Потому что дважды два действительно четыре. То, что земля вертится, что экономическая система разваливается, и т.п. внешние истины нельзя доказать стойкостью ученого и нельзя опровергнуть, показав всему миру его слабость. Ну да, Галилей был слаб, но он повернул телескоп в глубину звездного неба — и каждый мог посмотреть и увидеть, что там делается. Метод Галилея оказался сильнее, чем средневековый способ доказательства истины, и то, что этим средневековым способом самого Галилея заставили отречься, оказалось смертельным не для Галилея, а для методов инквизиции, их reductio ad absurdum. "А все-таки она вертится!" звучит как приговор Нового времени мысли средних веков: "Absurdum est".

Галилей говорил, как говорят наши родственники и соседи: "Не надо мученичества! Достаточно доводов науки! Раньше ли, позже ли, но наука возьмет свое!". А Бруно нас молчаливо осуждает. Этот человек истину отстаивал по-средневековому: всем собой. Он был монах, мистик. И его стойкость трудно понять без привычки к дисциплине, созерцанию и молитве, без твердого канона поведения, оставленного мучениками.

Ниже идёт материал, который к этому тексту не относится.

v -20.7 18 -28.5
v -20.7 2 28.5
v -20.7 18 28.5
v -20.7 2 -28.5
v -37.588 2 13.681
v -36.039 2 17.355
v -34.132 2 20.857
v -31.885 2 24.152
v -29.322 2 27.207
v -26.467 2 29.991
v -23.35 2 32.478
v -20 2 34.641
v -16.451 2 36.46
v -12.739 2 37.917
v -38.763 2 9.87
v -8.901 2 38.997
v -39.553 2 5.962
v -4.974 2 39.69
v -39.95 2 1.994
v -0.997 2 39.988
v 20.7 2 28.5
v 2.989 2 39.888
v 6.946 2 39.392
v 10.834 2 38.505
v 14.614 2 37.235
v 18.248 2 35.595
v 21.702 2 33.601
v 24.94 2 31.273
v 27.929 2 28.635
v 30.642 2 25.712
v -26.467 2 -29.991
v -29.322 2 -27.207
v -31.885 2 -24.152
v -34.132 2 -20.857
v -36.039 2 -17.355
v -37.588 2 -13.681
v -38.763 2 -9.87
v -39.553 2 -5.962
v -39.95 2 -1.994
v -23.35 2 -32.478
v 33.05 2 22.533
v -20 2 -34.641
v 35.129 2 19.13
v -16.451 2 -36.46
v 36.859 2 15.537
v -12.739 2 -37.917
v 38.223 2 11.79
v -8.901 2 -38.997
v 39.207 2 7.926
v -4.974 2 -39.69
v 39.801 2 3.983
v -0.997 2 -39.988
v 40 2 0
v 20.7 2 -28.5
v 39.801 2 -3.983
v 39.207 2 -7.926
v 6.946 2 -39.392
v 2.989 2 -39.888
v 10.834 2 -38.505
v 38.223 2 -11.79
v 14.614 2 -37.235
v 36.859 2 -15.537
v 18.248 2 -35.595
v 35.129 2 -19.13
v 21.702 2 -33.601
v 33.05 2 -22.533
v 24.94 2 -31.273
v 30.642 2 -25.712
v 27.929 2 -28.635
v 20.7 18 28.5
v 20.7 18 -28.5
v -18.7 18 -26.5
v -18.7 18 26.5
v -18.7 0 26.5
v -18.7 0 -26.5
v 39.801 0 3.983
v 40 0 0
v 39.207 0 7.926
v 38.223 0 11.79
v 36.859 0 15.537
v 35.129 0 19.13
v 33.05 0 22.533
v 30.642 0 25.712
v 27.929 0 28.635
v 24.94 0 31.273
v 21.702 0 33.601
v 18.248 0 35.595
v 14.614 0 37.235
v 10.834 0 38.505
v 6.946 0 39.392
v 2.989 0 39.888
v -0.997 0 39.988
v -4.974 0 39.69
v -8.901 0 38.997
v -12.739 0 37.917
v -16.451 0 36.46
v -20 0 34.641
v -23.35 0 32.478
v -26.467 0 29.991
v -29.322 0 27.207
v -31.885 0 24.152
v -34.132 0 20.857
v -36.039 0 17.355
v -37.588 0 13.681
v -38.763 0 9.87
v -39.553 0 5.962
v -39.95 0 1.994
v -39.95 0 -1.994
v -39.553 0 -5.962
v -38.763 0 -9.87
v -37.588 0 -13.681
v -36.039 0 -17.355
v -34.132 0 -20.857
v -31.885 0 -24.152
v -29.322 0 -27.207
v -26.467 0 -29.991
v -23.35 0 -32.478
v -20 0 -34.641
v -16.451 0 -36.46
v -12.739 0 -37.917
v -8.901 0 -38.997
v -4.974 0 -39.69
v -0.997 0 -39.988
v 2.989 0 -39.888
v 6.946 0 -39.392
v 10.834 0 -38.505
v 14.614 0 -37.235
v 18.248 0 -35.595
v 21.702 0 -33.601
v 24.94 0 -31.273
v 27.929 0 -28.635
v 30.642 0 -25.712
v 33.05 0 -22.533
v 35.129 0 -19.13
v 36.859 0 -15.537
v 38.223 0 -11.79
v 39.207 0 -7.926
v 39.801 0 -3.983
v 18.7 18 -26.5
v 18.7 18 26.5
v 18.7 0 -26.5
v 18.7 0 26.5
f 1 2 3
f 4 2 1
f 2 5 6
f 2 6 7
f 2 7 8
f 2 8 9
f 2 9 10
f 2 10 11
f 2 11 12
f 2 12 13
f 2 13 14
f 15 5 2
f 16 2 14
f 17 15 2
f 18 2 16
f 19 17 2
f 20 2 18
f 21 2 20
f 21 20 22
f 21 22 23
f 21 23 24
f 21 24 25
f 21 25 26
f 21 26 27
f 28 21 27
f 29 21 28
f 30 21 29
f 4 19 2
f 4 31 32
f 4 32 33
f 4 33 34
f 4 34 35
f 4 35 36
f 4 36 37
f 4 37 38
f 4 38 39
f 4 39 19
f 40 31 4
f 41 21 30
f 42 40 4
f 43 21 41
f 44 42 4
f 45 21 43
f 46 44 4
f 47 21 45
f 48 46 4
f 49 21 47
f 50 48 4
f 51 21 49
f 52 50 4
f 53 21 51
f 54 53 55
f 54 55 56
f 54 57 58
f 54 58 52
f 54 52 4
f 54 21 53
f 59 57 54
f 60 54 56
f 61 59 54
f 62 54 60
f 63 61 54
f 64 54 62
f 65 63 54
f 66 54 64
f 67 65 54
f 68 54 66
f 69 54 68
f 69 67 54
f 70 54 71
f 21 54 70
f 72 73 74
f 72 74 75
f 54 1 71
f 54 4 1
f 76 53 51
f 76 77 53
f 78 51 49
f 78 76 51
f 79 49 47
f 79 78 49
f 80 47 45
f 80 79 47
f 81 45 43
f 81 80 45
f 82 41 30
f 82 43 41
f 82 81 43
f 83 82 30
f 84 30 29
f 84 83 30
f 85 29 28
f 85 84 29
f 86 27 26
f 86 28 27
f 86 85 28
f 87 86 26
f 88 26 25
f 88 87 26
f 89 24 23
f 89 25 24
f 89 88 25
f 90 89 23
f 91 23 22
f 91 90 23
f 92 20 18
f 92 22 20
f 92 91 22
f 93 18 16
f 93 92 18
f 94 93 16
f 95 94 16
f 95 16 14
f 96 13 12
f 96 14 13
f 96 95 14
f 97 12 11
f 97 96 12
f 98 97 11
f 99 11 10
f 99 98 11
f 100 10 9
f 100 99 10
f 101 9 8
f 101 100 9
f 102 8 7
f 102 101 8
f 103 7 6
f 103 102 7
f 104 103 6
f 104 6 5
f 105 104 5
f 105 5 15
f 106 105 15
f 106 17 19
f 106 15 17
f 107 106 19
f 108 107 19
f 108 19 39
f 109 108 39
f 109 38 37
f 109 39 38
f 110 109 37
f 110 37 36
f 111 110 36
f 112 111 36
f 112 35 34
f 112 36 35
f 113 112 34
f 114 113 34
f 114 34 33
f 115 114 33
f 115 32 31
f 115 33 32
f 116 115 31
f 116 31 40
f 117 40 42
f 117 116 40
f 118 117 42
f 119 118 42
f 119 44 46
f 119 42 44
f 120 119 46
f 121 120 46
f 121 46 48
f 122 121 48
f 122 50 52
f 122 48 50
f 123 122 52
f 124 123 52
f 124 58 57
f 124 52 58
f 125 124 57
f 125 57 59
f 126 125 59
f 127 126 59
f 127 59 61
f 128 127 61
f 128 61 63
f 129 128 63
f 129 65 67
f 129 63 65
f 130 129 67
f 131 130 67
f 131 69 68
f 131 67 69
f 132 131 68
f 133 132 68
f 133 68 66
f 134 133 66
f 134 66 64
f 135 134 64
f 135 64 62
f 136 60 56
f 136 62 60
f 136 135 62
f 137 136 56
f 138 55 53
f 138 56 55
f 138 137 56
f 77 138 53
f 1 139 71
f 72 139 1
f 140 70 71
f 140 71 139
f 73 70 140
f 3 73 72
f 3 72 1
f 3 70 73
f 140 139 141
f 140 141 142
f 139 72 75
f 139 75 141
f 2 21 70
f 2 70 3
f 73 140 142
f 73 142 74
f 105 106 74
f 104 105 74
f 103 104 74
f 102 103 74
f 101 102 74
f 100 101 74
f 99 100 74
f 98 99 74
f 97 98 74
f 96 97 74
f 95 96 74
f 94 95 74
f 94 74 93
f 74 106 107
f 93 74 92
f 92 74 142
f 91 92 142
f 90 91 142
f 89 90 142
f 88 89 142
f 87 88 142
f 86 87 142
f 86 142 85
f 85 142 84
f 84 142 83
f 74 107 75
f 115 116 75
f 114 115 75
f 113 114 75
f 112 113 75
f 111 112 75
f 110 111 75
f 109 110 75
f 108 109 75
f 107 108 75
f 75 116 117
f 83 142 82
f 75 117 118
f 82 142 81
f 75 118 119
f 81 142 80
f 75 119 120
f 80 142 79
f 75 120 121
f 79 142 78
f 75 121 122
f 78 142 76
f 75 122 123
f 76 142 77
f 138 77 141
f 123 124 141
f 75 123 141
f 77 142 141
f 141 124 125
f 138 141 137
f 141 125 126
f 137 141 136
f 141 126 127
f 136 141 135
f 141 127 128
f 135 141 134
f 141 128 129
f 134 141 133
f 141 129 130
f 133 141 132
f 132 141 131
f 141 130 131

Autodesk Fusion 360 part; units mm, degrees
sketch "Sketch1" plane through (0, 0, 0) normal (0, 1, 0) x (1, 0, 0)
  circle A0 centre (0, 0) radius 40
  line L0 (26.5, -18.7) -> (-26.5, -18.7)
  line L1 (-26.5, -18.7) -> (-26.5, 18.7)
  line L2 (-26.5, 18.7) -> (26.5, 18.7)
  line L3 (26.5, -18.7) -> (-26.5, 18.7) construction
  line L4 (-26.5, -18.7) -> (26.5, 18.7) construction
  line L5 (-28.5, 20.7) -> (28.5, 20.7)
  line L6 (28.5, -20.7) -> (-28.5, -20.7)
  dimension "d1" = 80
  dimension "d2" = 37.4
  dimension "d3" = 53
  dimension "d5" = 37.4
  dimension "d6" = 53
extrude "Extrude1" add sketch "Sketch1" along normal blind 2
sketch "Sketch2" plane through (0, 2, 0) normal (0, 1, 0) x (-1, 0, 0)
  circle A0 centre (0, 0) radius 40
  line L0 (-18.7, 26.5) -> (18.7, 26.5)
  line L1 (18.7, 26.5) -> (18.7, -26.5)
  line L2 (18.7, -26.5) -> (-18.7, -26.5)
  line L3 (-18.7, -26.5) -> (-18.7, 26.5)
  line L4 (-18.7, 26.5) -> (18.7, -26.5) construction
  line L5 (18.7, 26.5) -> (-18.7, -26.5) construction
  line L6 (20.7, 28.5) -> (20.7, -28.5)
  line L7 (20.7, -28.5) -> (-20.7, -28.5)
  line L8 (-20.7, -28.5) -> (-20.7, 28.5)
  line L9 (-20.7, 28.5) -> (20.7, 28.5)
  dimension "d9" = 37.4
  dimension "d10" = 53
  dimension "d11" = -2
extrude "Extrude2" add sketch "Sketch2" along normal blind 16 contours L6 L7 L8 L9
extrude "Extrude3" cut 1 faces at (-6.2333, 2, -8.8333) along direction (0, -1, 0) blind 13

У монахов на каждом шагу — чин, этикет. Послушание паче молитвы. Обет. Клятва. Присяга. В трудных случаях это очень поддерживает человека, уравновешивает его слабость. Как дисциплина на войне. Первые солдаты, получавшие свои сольдо за ратный труд, никакой родины не имели и не любили, но жизнь отдавали — за что? За несколько денежек? Скорее — по привычке к дисциплине. И потому, что к этой смерти в бою они себя настроили и ее не боялись. Такая смерть была условием их профессии, их чести. Как для врача — готовность к холере, дворянина — к дуэли, диссидента — к аресту, следствию и суду. Солдат мог и любить свою родину, диссидент — свободу (или ту же родину), но крепко держаться ему помогает твердая установка, закон чести, присяга: с ними не разговаривать! Что заставило расколоться офицеров, стоявших насмерть под Бородиным? Отсутствие выработанной установки. Отсутствие правил поведения на следствии. Попытка найти общий язык с Николаем.[10]

вернуться

10

Это не принципиальный отказ от диалога. Но достоинство узника не позволяет ему вести диалог со следователем. Диалог — дело двух свободных людей.